Supplement for GIS Toolbox column
   December, 1998, "Mapping Spatial Dependency"

The following further discussion and Excel worksheet is posted at under Column Supplements…


Using the F-test to Evaluate Localized Spatial Autocorrelation

by John Gins, HyperParallel, Inc. (

Note: The designation of "Berry IT" for this procedure in the Beyond Mapping column, GIS World, 1/99, was made in jest. Although the "handle" is in jest, the approach is genuine. As explained in the article, the procedure uses a "doughnut neighborhood" formed by a center cell and its adjacent cells (inside) and the surrounding distant cells (outside). This "roving window" is passed over a grid data, successively evaluating each map location. John Gins suggests using the F-test to directly compare the variances.
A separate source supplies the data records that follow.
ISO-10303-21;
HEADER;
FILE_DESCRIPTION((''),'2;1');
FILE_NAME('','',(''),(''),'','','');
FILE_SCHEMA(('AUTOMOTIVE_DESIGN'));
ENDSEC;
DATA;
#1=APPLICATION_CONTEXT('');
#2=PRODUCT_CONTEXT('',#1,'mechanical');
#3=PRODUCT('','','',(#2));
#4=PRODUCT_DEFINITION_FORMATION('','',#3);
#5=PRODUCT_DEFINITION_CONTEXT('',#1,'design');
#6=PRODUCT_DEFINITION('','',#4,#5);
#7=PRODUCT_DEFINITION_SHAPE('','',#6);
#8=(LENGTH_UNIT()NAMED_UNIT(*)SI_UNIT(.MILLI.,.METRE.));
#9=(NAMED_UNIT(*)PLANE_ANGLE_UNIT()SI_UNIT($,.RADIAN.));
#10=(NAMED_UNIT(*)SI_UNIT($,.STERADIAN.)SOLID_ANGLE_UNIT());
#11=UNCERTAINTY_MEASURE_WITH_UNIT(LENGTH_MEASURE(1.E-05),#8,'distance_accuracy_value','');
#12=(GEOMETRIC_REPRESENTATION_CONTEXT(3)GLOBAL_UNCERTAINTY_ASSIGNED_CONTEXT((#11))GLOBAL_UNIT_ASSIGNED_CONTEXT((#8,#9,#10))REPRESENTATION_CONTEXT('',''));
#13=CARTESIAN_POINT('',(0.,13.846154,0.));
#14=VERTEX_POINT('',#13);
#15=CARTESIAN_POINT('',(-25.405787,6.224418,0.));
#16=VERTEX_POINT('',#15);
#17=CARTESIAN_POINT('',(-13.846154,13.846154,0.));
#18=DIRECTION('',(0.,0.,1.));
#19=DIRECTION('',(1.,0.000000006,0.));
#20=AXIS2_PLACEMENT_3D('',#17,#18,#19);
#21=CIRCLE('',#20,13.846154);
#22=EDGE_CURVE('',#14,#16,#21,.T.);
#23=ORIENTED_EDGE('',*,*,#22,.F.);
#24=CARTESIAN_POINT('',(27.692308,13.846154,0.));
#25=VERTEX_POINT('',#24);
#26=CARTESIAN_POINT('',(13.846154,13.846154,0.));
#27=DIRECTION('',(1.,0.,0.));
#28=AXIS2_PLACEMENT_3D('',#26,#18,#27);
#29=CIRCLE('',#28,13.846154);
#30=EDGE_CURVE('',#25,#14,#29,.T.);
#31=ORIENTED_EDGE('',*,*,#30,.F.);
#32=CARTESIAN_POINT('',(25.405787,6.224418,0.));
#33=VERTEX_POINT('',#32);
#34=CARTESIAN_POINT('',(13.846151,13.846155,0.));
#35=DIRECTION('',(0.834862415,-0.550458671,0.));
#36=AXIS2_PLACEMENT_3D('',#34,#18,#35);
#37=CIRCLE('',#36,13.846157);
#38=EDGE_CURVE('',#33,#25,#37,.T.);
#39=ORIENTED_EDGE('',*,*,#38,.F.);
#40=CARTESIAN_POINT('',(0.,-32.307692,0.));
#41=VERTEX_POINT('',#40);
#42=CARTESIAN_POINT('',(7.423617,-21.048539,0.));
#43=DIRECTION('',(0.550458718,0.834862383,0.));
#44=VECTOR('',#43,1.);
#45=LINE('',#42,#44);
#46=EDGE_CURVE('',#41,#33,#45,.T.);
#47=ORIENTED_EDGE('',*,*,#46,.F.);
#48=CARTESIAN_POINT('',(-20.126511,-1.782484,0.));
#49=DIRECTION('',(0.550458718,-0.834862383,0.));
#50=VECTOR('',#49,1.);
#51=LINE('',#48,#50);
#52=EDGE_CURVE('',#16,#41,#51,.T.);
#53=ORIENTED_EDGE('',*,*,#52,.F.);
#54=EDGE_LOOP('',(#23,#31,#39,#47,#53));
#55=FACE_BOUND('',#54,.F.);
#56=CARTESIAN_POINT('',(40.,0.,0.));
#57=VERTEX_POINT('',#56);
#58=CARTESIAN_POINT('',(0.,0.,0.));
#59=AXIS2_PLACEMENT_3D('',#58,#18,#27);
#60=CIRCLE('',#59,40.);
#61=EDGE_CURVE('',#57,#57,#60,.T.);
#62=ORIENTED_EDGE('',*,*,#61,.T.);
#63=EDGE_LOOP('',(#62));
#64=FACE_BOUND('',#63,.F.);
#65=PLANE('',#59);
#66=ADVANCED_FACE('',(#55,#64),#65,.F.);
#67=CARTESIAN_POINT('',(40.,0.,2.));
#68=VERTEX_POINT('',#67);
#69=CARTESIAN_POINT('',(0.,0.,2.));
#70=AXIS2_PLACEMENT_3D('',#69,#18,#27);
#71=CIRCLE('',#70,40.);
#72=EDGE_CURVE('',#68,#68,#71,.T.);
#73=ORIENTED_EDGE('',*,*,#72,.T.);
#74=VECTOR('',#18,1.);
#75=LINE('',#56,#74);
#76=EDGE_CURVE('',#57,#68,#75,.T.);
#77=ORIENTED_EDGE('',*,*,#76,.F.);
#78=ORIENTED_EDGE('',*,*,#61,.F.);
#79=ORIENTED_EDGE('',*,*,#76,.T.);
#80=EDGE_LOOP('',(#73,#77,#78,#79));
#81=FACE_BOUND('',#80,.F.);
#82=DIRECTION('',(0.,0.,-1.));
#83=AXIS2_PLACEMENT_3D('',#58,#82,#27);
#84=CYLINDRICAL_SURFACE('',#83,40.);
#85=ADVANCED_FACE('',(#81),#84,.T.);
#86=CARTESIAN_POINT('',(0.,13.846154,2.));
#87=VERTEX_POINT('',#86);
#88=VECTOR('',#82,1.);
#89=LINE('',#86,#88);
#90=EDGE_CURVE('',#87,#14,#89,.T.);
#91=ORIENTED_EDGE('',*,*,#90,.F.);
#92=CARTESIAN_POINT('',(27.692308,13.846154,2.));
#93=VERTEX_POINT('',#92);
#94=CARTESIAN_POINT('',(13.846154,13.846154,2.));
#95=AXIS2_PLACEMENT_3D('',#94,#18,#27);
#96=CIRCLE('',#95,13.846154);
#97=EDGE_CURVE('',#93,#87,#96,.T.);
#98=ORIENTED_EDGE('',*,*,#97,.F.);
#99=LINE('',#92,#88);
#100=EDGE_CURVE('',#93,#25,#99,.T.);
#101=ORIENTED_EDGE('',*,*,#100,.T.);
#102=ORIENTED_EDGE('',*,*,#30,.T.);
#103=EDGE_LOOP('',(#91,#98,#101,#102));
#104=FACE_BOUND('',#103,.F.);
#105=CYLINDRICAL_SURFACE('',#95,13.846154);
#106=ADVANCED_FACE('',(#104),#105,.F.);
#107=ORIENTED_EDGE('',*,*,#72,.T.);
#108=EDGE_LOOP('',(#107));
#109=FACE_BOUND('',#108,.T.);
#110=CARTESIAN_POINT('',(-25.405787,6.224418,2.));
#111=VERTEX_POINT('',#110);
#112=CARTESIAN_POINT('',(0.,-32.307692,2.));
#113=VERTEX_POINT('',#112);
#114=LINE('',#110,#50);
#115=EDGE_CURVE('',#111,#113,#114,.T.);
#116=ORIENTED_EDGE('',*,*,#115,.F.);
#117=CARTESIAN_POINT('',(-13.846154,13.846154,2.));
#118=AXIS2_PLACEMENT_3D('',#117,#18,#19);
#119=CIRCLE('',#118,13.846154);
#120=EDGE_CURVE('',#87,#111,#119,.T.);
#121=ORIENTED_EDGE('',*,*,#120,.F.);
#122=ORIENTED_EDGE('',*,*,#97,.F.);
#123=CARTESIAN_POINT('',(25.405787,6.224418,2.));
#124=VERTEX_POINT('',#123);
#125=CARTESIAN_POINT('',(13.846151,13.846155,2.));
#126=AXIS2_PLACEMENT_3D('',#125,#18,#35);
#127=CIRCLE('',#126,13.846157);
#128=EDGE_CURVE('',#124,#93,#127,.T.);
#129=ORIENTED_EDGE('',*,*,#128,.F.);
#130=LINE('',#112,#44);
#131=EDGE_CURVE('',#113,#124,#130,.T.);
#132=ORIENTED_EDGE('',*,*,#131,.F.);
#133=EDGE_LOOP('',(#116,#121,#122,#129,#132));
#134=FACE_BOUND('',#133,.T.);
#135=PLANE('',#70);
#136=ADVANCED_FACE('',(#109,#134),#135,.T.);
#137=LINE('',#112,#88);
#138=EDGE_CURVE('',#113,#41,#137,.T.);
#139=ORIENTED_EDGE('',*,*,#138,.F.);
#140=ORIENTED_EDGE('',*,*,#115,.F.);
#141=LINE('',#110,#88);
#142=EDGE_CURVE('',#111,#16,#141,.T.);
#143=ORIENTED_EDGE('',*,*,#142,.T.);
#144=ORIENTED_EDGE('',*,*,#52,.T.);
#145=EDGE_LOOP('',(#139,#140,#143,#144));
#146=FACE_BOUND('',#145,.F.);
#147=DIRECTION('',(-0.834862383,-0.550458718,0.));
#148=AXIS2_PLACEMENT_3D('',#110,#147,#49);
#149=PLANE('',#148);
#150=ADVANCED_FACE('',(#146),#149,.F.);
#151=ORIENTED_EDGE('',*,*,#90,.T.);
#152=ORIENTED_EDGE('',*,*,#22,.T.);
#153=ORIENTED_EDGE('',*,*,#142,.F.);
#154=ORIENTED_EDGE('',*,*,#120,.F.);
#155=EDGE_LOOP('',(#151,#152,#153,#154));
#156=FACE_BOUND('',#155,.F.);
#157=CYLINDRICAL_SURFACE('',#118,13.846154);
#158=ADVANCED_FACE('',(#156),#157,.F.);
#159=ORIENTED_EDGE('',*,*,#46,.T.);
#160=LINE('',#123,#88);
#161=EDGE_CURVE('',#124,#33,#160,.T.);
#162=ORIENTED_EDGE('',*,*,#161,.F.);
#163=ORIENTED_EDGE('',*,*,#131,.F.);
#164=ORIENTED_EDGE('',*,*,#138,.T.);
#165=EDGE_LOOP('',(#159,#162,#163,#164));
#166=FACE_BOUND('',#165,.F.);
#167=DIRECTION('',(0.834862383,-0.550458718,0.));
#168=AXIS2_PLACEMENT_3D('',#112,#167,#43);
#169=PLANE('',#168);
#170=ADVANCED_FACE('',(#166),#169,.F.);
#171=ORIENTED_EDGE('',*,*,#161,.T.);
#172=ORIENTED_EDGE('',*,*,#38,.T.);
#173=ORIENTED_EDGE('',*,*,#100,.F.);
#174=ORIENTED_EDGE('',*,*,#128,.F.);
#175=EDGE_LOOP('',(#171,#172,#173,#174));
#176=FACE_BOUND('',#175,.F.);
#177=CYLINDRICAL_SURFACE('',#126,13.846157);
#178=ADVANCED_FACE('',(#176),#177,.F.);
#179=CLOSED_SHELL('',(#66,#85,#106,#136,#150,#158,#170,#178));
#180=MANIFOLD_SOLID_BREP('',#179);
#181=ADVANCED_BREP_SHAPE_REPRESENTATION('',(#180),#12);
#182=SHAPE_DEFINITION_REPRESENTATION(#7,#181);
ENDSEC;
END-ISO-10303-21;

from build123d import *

# Parameters (mm, degrees)
F0_R     = 40
F1_DEPTH = 2
F3_DEPTH = 25


with BuildPart() as f1:
    # F0 (on Top) → F1 (new body)
    with BuildSketch(Plane.XY):
        Circle(F0_R)
    extrude(amount=F1_DEPTH)

    # F2 (on face) → F3 (cut)
    with BuildSketch(Plane.XY.offset(2)):
        with BuildLine():
            ThreePointArc((-25.405787, 6.224418), (-9.867491, 0.583944), (0, 13.846154))
            ThreePointArc((0, 13.846154), (-17.824817, 27.108364), (-25.405787, 6.224418))
        make_face()
        with BuildLine():
            ThreePointArc((25.405787, 6.224418), (9.867491, 0.583944), (0, 13.846154))
            ThreePointArc((0, 13.846154), (-9.867491, 0.583944), (-25.405787, 6.224418))
            Line((-25.405787, 6.224418), (0, -32.307692))
            Line((0, -32.307692), (25.405787, 6.224418))
        make_face()
        with BuildLine():
            ThreePointArc((27.692308, 13.846154), (13.846154, 27.692308), (0, 13.846154))
            ThreePointArc((0, 13.846154), (9.867491, 0.583944), (25.405787, 6.224418))
            ThreePointArc((25.405787, 6.224418), (27.108364, 9.867491), (27.692308, 13.846154))
        make_face()
    extrude(amount=-F3_DEPTH, mode=Mode.SUBTRACT)


solid = f1.part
A easy way to assess localized correlation is to compare the variances… formulate the question, hypothesis this way:

"Is the Variance of the adjacent neighborhood A = Var(A) the same as that
  of the Variance of the doughnut neighborhood D = Var(D)?"

Define the sample size of the adjacent neighborhood A as n(A) and the sample size of the doughnut neighborhood D as n(D).  If we can assume that the population of A is normally distributed and that the population of D is normally distributed, Var(A)/Var(D) follows the Fisher Distribution, F, with (n(A)-1) and (n(D)-1) degrees of freedom.  The result of evaluating the function F(Var(A)/Var(D), n(A)-1, n(D)-1) is the upper tail probability.

Note that if Var(A) > Var(D) then F ranges from 50% to 100%, if Var(A) < Var(D) then F ranges from 0% to 50%, and if Var(A) = Var(D) then F=50%.

This value of F can be obtained in Excel using the following function:

FDIST (x,degrees_freedom1,degrees_freedom2)

x= Var(A)/Var(D)

degrees_freedom1 = n(A)-1

degrees_freedom2 = n(D)-1

Typically in the middle of the map n(A)=5 and n(D)=20. If we are willing to accept a 5% chance of being wrong, then we would reject our hypothesis that Variance of the adjacent neighborhood is equal to the Variance of the doughnut neighborhood if the ratio of the Variances . Var(A)/Var(D). is less than 0.1166 or greater than 3.5587.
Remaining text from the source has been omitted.